Yes, I am fed up with the wet weather too. Noodle is constantly wet and muddy, either from walks or from showers.

Someone should open a chain of indoor places for dogs to go and get their exercise, like a doggie gym  I know I would use it in this weather.


----------



## Toffin (Aug 8, 2012)

Woo said:


> Someone should open a chain of indoor places for dogs to go and get their exercise, like a doggie gym  I know I would use it in this weather.


We thought that would be a good idea too!

Polly is bathed fully at least once a week and legs done every day at the moment. Just don't want to stick to pavement walks - so tedious for her and for us. This morning we went into the Pentland Hills and it was a quagmire. At one stage I thought the mud was going to go over the top of my wellies!

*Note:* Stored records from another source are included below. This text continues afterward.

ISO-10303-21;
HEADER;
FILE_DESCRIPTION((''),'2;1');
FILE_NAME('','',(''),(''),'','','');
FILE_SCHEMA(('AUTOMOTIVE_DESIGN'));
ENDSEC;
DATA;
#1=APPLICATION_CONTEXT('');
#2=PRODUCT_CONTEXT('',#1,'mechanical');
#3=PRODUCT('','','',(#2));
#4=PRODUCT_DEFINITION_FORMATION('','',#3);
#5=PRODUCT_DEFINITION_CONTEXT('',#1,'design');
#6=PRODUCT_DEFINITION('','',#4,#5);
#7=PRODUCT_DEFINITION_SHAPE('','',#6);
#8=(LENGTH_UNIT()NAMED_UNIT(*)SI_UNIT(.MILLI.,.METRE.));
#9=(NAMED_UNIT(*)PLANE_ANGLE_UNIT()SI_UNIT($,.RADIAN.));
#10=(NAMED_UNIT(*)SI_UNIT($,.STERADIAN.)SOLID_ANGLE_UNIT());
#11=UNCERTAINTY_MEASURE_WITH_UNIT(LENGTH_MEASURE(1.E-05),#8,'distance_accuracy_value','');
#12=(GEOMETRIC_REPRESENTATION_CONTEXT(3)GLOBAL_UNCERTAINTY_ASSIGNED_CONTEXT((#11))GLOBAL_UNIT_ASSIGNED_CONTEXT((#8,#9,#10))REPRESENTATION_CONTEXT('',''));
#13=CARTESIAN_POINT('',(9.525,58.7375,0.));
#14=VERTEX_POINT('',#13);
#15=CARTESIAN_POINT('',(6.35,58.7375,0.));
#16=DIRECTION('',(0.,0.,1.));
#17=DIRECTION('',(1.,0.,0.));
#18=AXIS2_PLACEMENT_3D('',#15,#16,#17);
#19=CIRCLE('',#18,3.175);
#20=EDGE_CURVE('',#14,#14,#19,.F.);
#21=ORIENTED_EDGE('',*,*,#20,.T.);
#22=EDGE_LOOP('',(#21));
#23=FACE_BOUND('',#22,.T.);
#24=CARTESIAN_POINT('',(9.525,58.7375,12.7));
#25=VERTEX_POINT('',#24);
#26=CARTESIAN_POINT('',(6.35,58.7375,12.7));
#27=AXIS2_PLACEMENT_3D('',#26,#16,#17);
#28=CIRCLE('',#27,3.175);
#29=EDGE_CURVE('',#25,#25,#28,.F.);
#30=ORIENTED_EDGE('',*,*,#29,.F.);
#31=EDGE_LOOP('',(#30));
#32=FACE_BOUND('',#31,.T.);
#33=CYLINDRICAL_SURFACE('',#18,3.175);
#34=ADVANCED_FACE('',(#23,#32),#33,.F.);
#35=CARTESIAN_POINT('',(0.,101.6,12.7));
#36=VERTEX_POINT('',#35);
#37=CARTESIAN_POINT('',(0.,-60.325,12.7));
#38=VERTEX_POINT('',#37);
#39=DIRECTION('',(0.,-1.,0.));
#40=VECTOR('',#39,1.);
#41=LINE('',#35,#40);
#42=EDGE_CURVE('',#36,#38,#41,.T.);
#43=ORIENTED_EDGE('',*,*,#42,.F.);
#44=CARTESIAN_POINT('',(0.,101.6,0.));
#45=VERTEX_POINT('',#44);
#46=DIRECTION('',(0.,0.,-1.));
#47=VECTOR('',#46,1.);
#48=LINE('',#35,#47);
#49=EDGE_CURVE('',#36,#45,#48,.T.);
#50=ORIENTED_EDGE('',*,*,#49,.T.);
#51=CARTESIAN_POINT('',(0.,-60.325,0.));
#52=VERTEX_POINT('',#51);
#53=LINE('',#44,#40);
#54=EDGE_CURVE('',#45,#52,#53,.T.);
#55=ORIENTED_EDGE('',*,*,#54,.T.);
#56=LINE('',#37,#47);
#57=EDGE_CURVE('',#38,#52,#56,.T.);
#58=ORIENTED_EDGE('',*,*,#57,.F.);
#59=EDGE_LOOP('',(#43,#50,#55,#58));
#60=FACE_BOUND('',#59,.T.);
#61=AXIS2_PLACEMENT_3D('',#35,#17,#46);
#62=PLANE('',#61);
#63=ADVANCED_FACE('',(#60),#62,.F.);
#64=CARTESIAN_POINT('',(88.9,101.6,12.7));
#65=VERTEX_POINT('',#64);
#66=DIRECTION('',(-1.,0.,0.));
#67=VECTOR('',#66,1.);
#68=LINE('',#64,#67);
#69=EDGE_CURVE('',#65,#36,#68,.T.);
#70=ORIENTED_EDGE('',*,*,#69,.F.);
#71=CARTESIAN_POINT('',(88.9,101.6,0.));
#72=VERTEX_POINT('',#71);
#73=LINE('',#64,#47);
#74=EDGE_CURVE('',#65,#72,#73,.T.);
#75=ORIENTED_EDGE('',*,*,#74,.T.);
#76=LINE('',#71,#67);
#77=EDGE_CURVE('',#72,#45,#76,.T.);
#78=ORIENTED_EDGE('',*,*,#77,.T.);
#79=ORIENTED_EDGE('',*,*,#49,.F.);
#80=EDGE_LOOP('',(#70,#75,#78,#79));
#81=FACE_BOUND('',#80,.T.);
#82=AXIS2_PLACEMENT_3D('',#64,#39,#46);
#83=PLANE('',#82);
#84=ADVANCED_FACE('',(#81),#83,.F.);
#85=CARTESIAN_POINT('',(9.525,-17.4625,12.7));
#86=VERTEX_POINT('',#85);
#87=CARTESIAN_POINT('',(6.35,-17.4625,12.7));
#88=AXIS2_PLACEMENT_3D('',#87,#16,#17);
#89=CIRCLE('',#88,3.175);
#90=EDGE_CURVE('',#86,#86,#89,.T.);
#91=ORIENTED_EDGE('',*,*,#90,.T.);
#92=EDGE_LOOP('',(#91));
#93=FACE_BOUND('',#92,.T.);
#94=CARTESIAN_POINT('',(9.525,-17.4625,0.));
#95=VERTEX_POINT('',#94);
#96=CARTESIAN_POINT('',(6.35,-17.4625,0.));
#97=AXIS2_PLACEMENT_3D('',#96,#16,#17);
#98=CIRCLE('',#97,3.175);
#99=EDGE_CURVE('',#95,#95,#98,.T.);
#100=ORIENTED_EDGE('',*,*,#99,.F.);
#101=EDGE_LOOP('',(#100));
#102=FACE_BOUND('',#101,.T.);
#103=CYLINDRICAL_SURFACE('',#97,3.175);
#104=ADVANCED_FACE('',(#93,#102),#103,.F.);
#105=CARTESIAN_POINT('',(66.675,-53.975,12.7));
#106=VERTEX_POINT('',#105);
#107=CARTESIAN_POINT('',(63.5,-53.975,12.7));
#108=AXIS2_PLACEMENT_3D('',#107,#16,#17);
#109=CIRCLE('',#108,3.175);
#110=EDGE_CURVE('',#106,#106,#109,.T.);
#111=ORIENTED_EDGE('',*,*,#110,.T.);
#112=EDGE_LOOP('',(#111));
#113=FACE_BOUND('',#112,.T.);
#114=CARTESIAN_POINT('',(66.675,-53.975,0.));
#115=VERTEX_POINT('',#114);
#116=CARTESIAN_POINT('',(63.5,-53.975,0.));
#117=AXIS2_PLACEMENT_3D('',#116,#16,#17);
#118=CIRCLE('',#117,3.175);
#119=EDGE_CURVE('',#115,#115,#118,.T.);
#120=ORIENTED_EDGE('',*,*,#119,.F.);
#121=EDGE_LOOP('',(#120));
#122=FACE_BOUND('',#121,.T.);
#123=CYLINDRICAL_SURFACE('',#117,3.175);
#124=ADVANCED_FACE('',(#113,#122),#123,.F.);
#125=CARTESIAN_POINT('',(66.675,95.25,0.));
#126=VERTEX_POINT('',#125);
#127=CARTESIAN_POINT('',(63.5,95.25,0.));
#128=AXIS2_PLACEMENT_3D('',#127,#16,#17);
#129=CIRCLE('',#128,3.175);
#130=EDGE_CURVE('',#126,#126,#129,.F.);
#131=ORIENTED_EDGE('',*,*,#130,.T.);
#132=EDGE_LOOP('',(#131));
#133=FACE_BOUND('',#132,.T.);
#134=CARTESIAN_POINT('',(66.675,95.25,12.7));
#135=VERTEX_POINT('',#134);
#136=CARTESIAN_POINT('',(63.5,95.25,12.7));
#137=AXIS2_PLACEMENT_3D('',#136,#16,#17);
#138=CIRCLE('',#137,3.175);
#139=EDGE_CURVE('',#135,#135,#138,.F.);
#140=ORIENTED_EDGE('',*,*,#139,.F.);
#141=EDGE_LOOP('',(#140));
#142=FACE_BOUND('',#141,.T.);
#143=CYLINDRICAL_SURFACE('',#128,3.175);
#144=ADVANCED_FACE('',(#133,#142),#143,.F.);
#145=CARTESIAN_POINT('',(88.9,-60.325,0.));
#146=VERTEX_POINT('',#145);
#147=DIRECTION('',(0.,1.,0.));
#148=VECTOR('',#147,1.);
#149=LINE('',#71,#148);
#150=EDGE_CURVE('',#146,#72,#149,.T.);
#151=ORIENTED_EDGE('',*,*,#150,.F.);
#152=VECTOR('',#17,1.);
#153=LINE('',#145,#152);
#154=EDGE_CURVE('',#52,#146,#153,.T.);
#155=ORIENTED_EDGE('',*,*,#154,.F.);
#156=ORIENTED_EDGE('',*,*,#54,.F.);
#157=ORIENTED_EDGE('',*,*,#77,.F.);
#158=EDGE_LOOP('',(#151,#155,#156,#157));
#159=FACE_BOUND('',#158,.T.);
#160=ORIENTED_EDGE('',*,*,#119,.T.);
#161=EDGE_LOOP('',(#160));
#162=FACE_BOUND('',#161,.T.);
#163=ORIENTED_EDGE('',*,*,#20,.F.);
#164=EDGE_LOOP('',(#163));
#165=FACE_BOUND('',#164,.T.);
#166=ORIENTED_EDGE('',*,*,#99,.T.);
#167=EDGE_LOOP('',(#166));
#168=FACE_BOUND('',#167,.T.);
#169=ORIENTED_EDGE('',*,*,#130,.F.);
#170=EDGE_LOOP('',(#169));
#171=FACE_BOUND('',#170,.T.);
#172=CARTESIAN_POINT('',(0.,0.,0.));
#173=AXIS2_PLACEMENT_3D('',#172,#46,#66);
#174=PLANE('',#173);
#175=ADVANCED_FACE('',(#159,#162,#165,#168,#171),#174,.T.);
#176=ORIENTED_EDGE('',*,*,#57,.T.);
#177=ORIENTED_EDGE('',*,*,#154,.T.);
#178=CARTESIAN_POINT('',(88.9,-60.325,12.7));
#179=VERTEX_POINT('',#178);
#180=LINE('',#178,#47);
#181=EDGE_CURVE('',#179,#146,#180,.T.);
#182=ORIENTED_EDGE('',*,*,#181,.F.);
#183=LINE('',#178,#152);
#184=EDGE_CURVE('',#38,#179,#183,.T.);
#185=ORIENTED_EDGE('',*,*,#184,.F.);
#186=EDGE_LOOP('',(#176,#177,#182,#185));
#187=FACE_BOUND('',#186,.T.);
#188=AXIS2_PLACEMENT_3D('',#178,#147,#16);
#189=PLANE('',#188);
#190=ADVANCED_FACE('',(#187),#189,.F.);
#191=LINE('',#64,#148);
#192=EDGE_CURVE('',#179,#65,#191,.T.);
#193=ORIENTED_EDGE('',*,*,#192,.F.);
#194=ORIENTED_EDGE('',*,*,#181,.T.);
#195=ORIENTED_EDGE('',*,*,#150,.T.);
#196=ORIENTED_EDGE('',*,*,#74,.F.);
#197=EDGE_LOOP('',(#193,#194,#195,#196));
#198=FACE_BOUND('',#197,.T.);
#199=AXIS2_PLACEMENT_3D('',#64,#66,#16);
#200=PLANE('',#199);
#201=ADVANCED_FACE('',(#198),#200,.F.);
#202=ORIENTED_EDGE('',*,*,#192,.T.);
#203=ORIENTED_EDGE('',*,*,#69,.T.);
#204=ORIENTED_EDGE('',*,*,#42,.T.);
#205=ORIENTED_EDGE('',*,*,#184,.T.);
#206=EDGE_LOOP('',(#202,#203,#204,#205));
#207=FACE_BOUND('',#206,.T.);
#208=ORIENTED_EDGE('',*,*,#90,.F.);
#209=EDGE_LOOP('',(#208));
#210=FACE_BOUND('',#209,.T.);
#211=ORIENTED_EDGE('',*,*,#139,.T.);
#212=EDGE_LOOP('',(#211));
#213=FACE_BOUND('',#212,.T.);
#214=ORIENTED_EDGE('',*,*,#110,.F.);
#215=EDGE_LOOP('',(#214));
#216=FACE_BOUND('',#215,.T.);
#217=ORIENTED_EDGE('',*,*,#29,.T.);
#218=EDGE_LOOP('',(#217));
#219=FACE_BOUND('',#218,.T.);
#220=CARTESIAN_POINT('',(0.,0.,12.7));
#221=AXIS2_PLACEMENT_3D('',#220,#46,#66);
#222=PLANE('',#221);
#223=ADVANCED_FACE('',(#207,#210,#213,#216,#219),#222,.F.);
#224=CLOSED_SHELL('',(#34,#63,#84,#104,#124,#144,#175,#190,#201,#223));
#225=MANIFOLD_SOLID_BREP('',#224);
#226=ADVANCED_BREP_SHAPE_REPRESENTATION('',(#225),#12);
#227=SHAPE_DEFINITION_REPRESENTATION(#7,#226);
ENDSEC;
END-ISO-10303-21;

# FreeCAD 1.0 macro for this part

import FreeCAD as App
import Part
import Sketcher
from FreeCAD import Vector
Q = App.Units.Quantity

doc = App.newDocument("Part")
body = doc.addObject("PartDesign::Body", "Body")

sketch1 = body.newObject("Sketcher::SketchObject", "Sketch")
sketch1.AttachmentSupport = (doc.getObject("XY_Plane"), [""])
sketch1.MapMode = "FlatFace"
sketch1.addGeometry([
    Part.LineSegment(Vector(0, 102, 0), Vector(0, -60, 0)),
    Part.LineSegment(Vector(0, -60, 0), Vector(89, -60, 0)),
    Part.LineSegment(Vector(89, -60, 0), Vector(89, 102, 0)),
    Part.LineSegment(Vector(89, 102, 0), Vector(0, 102, 0)),
], False)
sketch1.addConstraint([
    Sketcher.Constraint("Coincident", 0, 2, 1, 1),
    Sketcher.Constraint("Coincident", 1, 2, 2, 1),
    Sketcher.Constraint("Coincident", 2, 2, 3, 1),
    Sketcher.Constraint("Coincident", 3, 2, 0, 1),
    Sketcher.Constraint("Vertical", 0),
    Sketcher.Constraint("Horizontal", 1),
    Sketcher.Constraint("Vertical", 2),
    Sketcher.Constraint("Horizontal", 3),
    Sketcher.Constraint("PointOnObject", 0, 2, -2),
    Sketcher.Constraint("DistanceX", 1, 1, 1, 2, Q("3.5 in")),
    Sketcher.Constraint("DistanceY", -1, 1, 2, 2, Q("4 in")),
    Sketcher.Constraint("DistanceY", 0, 2, 0, 1, Q("6.375 in")),
])
pad1 = body.newObject("PartDesign::Pad", "Pad")
pad1.Profile = sketch1
pad1.Length = Q("0.5 in")

sketch2 = body.newObject("Sketcher::SketchObject", "Sketch001")
sketch2.AttachmentSupport = (doc.getObject("XY_Plane"), [""])
sketch2.MapMode = "FlatFace"
sketch2.AttachmentOffset = App.Placement(Vector(0, 0, 0.5 * 25.4), App.Rotation())
sketch2.addGeometry([
    Part.Circle(Vector(63.5, -54, 0), Vector(0, 0, 1), 3.2),
    Part.Circle(Vector(6.3, -17.5, 0), Vector(0, 0, 1), 3.2),
    Part.Circle(Vector(6.3, 58.7, 0), Vector(0, 0, 1), 3.2),
    Part.Circle(Vector(63.5, 95.2, 0), Vector(0, 0, 1), 3.2),
], False)
sketch2.addConstraint([
    Sketcher.Constraint("Equal", 0, 1),
    Sketcher.Constraint("Equal", 1, 2),
    Sketcher.Constraint("Equal", 2, 3),
    Sketcher.Constraint("Vertical", 1, 3, 2, 3),
    Sketcher.Constraint("Vertical", 0, 3, 3, 3),
    Sketcher.Constraint("Diameter", 0, Q("0.25 in")),
    Sketcher.Constraint("DistanceY", 1, 3, 2, 3, Q("3 in")),
    Sketcher.Constraint("DistanceX", -1, 1, 0, 3, Q("2.5 in")),
    Sketcher.Constraint("DistanceX", -1, 1, 1, 3, Q("0.25 in")),
    Sketcher.Constraint("DistanceY", -1, 1, 3, 3, Q("3.75 in")),
    Sketcher.Constraint("DistanceY", 0, 3, -1, 1, Q("2.125 in")),
    Sketcher.Constraint("DistanceY", 1, 3, -1, 1, Q("0.6875 in")),
])
pocket1 = body.newObject("PartDesign::Pocket", "Pocket")
pocket1.Profile = sketch2
pocket1.Length = Q("0.5 in")

doc.recompute()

Fortunately P is so much lighter that she doesn't sink in as much as we do but she still smells really awful on the way home in the car.

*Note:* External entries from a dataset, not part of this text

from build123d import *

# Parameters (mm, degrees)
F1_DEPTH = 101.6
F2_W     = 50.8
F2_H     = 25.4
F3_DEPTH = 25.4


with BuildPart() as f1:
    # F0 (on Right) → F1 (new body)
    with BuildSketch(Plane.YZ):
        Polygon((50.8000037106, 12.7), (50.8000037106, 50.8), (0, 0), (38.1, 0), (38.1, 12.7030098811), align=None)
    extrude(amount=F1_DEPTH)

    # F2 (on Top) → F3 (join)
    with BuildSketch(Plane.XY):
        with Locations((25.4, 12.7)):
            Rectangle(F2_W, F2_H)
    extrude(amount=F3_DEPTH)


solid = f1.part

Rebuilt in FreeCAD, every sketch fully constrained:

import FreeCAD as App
import Part
import Sketcher
from FreeCAD import Vector
Q = App.Units.Quantity


def add_polygon(sketch, points):
    """Adds a closed chain of lines whose ends are joined by coincident constraints."""
    first, n = sketch.GeometryCount, len(points)
    for a, b in zip(points, points[1:] + points[:1]):
        sketch.addGeometry(Part.LineSegment(App.Vector(*a, 0), App.Vector(*b, 0)), False)
    for i in range(n):
        sketch.addConstraint(Sketcher.Constraint("Coincident", first + i, 2, first + (i + 1) % n, 1))

doc = App.newDocument("Part")
body = doc.addObject("PartDesign::Body", "Body")

# Sketch on YZ plane
sketch1 = body.newObject("Sketcher::SketchObject", "Sketch")
sketch1.AttachmentSupport = (doc.getObject("YZ_Plane"), [""])
sketch1.MapMode = "FlatFace"
add_polygon(sketch1, [(51, 13), (51, 51), (0, 0), (38, 0), (38, 13)])  # lines 0-4
sketch1.addConstraint([
    Sketcher.Constraint("Vertical", 0),
    Sketcher.Constraint("Horizontal", 2),
    Sketcher.Constraint("Vertical", 3),
    Sketcher.Constraint("Coincident", 1, 2, -1, 1),
    Sketcher.Constraint("Equal", 2, 0),
    Sketcher.Constraint("DistanceX", 2, 1, 2, 2, Q("1.5 in")),
    Sketcher.Constraint("DistanceX", -1, 1, 0, 2, Q("2.0000001 in")),
    Sketcher.Constraint("DistanceY", -1, 1, 0, 2, Q("2 in")),
    Sketcher.Constraint("DistanceY", 3, 1, 3, 2, Q("12.70301 mm")),
])
pad1 = body.newObject("PartDesign::Pad", "Pad")
pad1.Profile = sketch1
pad1.Length = Q("4 in")

# Sketch on XY plane
sketch2 = body.newObject("Sketcher::SketchObject", "Sketch001")
sketch2.AttachmentSupport = (doc.getObject("XY_Plane"), [""])
sketch2.MapMode = "FlatFace"
add_polygon(sketch2, [(0, 25), (0, 0), (51, 0), (51, 25)])  # lines 0-3
sketch2.addConstraint([
    Sketcher.Constraint("Vertical", 0),
    Sketcher.Constraint("Horizontal", 1),
    Sketcher.Constraint("Vertical", 2),
    Sketcher.Constraint("Horizontal", 3),
    Sketcher.Constraint("Coincident", 0, 2, -1, 1),
    Sketcher.Constraint("DistanceX", 1, 1, 1, 2, Q("2 in")),
    Sketcher.Constraint("DistanceY", 0, 2, 0, 1, Q("1 in")),
])
pad2 = body.newObject("PartDesign::Pad", "Pad001")
pad2.Profile = sketch2
pad2.Length = Q("1 in")

doc.recompute()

So looking forward to finer weather coming in the spring (fingers crossed...).

Toffin
x


----------



## benson (Apr 18, 2012)

Unfotunately Benson does not like having a bath or even his legs washed, so it is a nightmare, he also doesnt like the hairdrier, so have to turn up heating and leave him near a radiator, still takes ages to get him dry his coat is like a sponge, it justsucks up water, he will have to put up with a good long bath on Sunday going for the snip on Monday, he will need to be nice and clean for that!!!


----------



## Cat 53 (Aug 26, 2012)

Yep! Hate the muddy and the wet. But Max doesn't. It's very odd, Mandy my mini Schnauzer comes home with wet paws, no mud tho cos she sniffs along the verges. Max gaily plunges through puddles, leaps into mud and somehow splashes gritty mud all over his belly. They have a terrific Love for life these little dogs don't they?


----------



## calli.h (Aug 29, 2011)

Cat 53 said:


> Yep! Hate the muddy and the wet. But Max doesn't. It's very odd, Mandy my mini Schnauzer comes home with wet paws, no mud tho cos she sniffs along the verges. Max gaily plunges through puddles, leaps into mud and somehow splashes gritty mud all over his belly. They have a terrific Love for life these little dogs don't they?

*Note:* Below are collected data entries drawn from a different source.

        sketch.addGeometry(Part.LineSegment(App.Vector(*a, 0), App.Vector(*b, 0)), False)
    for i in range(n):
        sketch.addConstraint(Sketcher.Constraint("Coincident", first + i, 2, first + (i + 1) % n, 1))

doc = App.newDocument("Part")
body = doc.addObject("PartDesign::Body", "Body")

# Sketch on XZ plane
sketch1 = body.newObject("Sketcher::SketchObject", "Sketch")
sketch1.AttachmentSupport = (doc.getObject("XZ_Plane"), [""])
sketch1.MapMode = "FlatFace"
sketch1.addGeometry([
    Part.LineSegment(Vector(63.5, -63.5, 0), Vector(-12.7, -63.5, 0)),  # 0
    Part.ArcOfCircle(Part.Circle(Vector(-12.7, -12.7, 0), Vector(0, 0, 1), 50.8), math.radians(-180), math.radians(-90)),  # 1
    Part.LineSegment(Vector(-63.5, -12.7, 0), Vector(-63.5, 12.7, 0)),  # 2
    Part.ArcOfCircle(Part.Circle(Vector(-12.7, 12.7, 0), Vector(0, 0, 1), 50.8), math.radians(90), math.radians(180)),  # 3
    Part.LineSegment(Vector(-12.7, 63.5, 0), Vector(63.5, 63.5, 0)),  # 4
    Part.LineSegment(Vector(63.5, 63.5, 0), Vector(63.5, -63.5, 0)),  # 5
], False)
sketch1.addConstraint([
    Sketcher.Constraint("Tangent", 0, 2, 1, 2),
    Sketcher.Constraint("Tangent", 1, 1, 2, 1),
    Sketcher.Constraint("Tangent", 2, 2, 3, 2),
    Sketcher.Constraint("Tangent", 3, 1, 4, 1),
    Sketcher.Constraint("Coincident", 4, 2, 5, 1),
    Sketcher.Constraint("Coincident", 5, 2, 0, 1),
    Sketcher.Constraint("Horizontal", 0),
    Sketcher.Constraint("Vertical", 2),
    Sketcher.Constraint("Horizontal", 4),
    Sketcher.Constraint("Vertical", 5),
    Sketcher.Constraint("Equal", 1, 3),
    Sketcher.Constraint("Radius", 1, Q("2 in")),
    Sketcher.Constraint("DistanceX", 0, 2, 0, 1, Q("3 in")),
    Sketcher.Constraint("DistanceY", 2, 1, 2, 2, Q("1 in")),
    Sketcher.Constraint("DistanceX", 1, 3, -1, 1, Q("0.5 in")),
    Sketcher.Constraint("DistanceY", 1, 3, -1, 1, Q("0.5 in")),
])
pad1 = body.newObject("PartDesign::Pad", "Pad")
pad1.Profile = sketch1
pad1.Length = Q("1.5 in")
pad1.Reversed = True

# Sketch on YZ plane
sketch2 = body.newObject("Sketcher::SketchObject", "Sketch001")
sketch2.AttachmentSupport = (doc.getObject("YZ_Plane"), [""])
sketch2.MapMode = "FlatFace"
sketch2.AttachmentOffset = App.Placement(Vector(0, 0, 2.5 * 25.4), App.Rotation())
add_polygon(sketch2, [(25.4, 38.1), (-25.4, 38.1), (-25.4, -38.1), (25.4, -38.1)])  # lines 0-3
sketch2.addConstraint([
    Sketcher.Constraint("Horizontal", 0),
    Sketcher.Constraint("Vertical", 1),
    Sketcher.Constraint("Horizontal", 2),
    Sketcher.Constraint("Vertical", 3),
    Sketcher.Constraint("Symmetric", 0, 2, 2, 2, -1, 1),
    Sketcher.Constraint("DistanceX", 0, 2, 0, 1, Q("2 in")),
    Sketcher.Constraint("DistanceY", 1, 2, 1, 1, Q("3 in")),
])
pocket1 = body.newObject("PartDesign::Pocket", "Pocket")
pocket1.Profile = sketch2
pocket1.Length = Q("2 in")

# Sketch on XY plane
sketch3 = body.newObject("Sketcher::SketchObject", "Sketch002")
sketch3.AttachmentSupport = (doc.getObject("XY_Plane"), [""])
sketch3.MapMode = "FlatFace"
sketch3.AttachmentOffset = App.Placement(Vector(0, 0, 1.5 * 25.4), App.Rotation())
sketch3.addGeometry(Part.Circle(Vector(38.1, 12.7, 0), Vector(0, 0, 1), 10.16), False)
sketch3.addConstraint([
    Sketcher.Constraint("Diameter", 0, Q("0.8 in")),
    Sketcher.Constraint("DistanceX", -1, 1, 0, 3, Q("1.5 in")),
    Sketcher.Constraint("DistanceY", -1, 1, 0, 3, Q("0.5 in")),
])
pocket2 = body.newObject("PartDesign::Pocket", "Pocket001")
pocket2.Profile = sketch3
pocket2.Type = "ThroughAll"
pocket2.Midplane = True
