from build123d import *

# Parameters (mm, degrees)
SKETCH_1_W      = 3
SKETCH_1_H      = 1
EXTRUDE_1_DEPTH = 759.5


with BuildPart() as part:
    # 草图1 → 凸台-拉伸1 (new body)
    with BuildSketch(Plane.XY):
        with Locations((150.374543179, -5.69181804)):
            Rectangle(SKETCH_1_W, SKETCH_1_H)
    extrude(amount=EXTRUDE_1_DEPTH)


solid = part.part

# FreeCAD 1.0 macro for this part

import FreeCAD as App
import Part
import Sketcher
from FreeCAD import Vector
Q = App.Units.Quantity

doc = App.newDocument("Part")
body = doc.addObject("PartDesign::Body", "Body")

sketch1 = body.newObject("Sketcher::SketchObject", "Sketch")
sketch1.AttachmentSupport = (doc.getObject("XY_Plane"), [""])
sketch1.MapMode = "FlatFace"
sketch1.addGeometry(Part.LineSegment(Vector(148.874543, -5.191818, 0), Vector(148.874543, -6.191818, 0)), False)
sketch1.addGeometry(Part.LineSegment(Vector(148.874543, -6.191818, 0), Vector(151.874543, -6.191818, 0)), False)
sketch1.addGeometry(Part.LineSegment(Vector(151.874543, -6.191818, 0), Vector(151.874543, -5.191818, 0)), False)
sketch1.addGeometry(Part.LineSegment(Vector(151.874543, -5.191818, 0), Vector(148.874543, -5.191818, 0)), False)
sketch1.addConstraint(Sketcher.Constraint("Coincident", 0, 2, 1, 1))
sketch1.addConstraint(Sketcher.Constraint("Coincident", 1, 2, 2, 1))
sketch1.addConstraint(Sketcher.Constraint("Coincident", 2, 2, 3, 1))
sketch1.addConstraint(Sketcher.Constraint("Coincident", 3, 2, 0, 1))
sketch1.addConstraint(Sketcher.Constraint("Vertical", 0))
sketch1.addConstraint(Sketcher.Constraint("Horizontal", 1))
sketch1.addConstraint(Sketcher.Constraint("Vertical", 2))
sketch1.addConstraint(Sketcher.Constraint("Horizontal", 3))
sketch1.addConstraint(Sketcher.Constraint("DistanceX", 1, 1, 1, 2, Q("3 mm")))
sketch1.addConstraint(Sketcher.Constraint("DistanceY", 0, 2, 0, 1, Q("1 mm")))
sketch1.addConstraint(Sketcher.Constraint("DistanceY", 0, 2, -1, 1, Q("6.191818 mm")))
sketch1.addConstraint(Sketcher.Constraint("DistanceX", -1, 1, 0, 2, Q("148.874543 mm")))
pad1 = body.newObject("PartDesign::Pad", "Pad")
pad1.Profile = sketch1
pad1.Length = 759.5

doc.recompute()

We visited husbands family over Christmas, their dog was the same, had a small amount of wet on her paws whereas Arthur was dripping and caked in mud - after a road walk!!! She went in her bed to dry off, Arthur had full on shower to get clean, I'm thankful that he doesn't mind it too much, however I do thinkk he is getting fed up too as today we came back from a walk and he was desperately trying to avoid going upstairs to the bathroom to get his legs washed down again!!!!


----------



## Chumphreys (Oct 1, 2011)

Malie is currently chilled in front of the fire drying from her shower earlier.We took the kids to the cinema and came back to a very dirty Malie after our friends took her for a walk for us.She decided to have a swim in what we affectionately call the "bog of eternal stench".She knows she is not allowed in it with us so obviously took her opportunity to con our poor unsuspecting friends into letting her go in 
XClare


----------



## calli.h (Aug 29, 2011)

The bog of eternal stench ha ha ha, I like that, I may borrow that we have a couple of them round here too!!


----------



## DB1 (Jan 20, 2012)

Yes I too have a dog that loves to get dirty, he has long legs for a Cockerpoo but still manages to get all his underside dirty - recently I have been filling a large watering can with warm water to wash him down in the garden before coming indoors - luckily he has learnt to love the hairdryer but it still takes an age for him to dry.


----------



## Janev1000 (Oct 4, 2011)

I have been alternating off lead walks with pavement walks into our local high street but with two I really find the pavement walks quite challenging! Roll on drier weather! x


----------



## Cat 53 (Aug 26, 2012)

The Bog of Eternal Stench...apt description of so many places! Max loves the hairdryer....so much so that he demands to be 'dried' every morning when I am blow drying my hair. He loves it on his face, on his back, up his bum, everywhere!


----------



## tessybear (May 1, 2011)

I have bought these brilliant rain suits for mine. I zip them up in them and they cover their legs and tummies but with open areas so they cqn do their business. They work a treat and keeps away a lot of the mud and they don't mine wearing them.


----------



## calli.h (Aug 29, 2011)

DB1 said:


> Yes I too have a dog that loves to get dirty, he has long legs for a Cockerpoo but still manages to get all his underside dirty - recently I have been filling a large watering can with warm water to wash him down in the garden before coming indoors - luckily he has learnt to love the hairdryer but it still takes an age for him to dry.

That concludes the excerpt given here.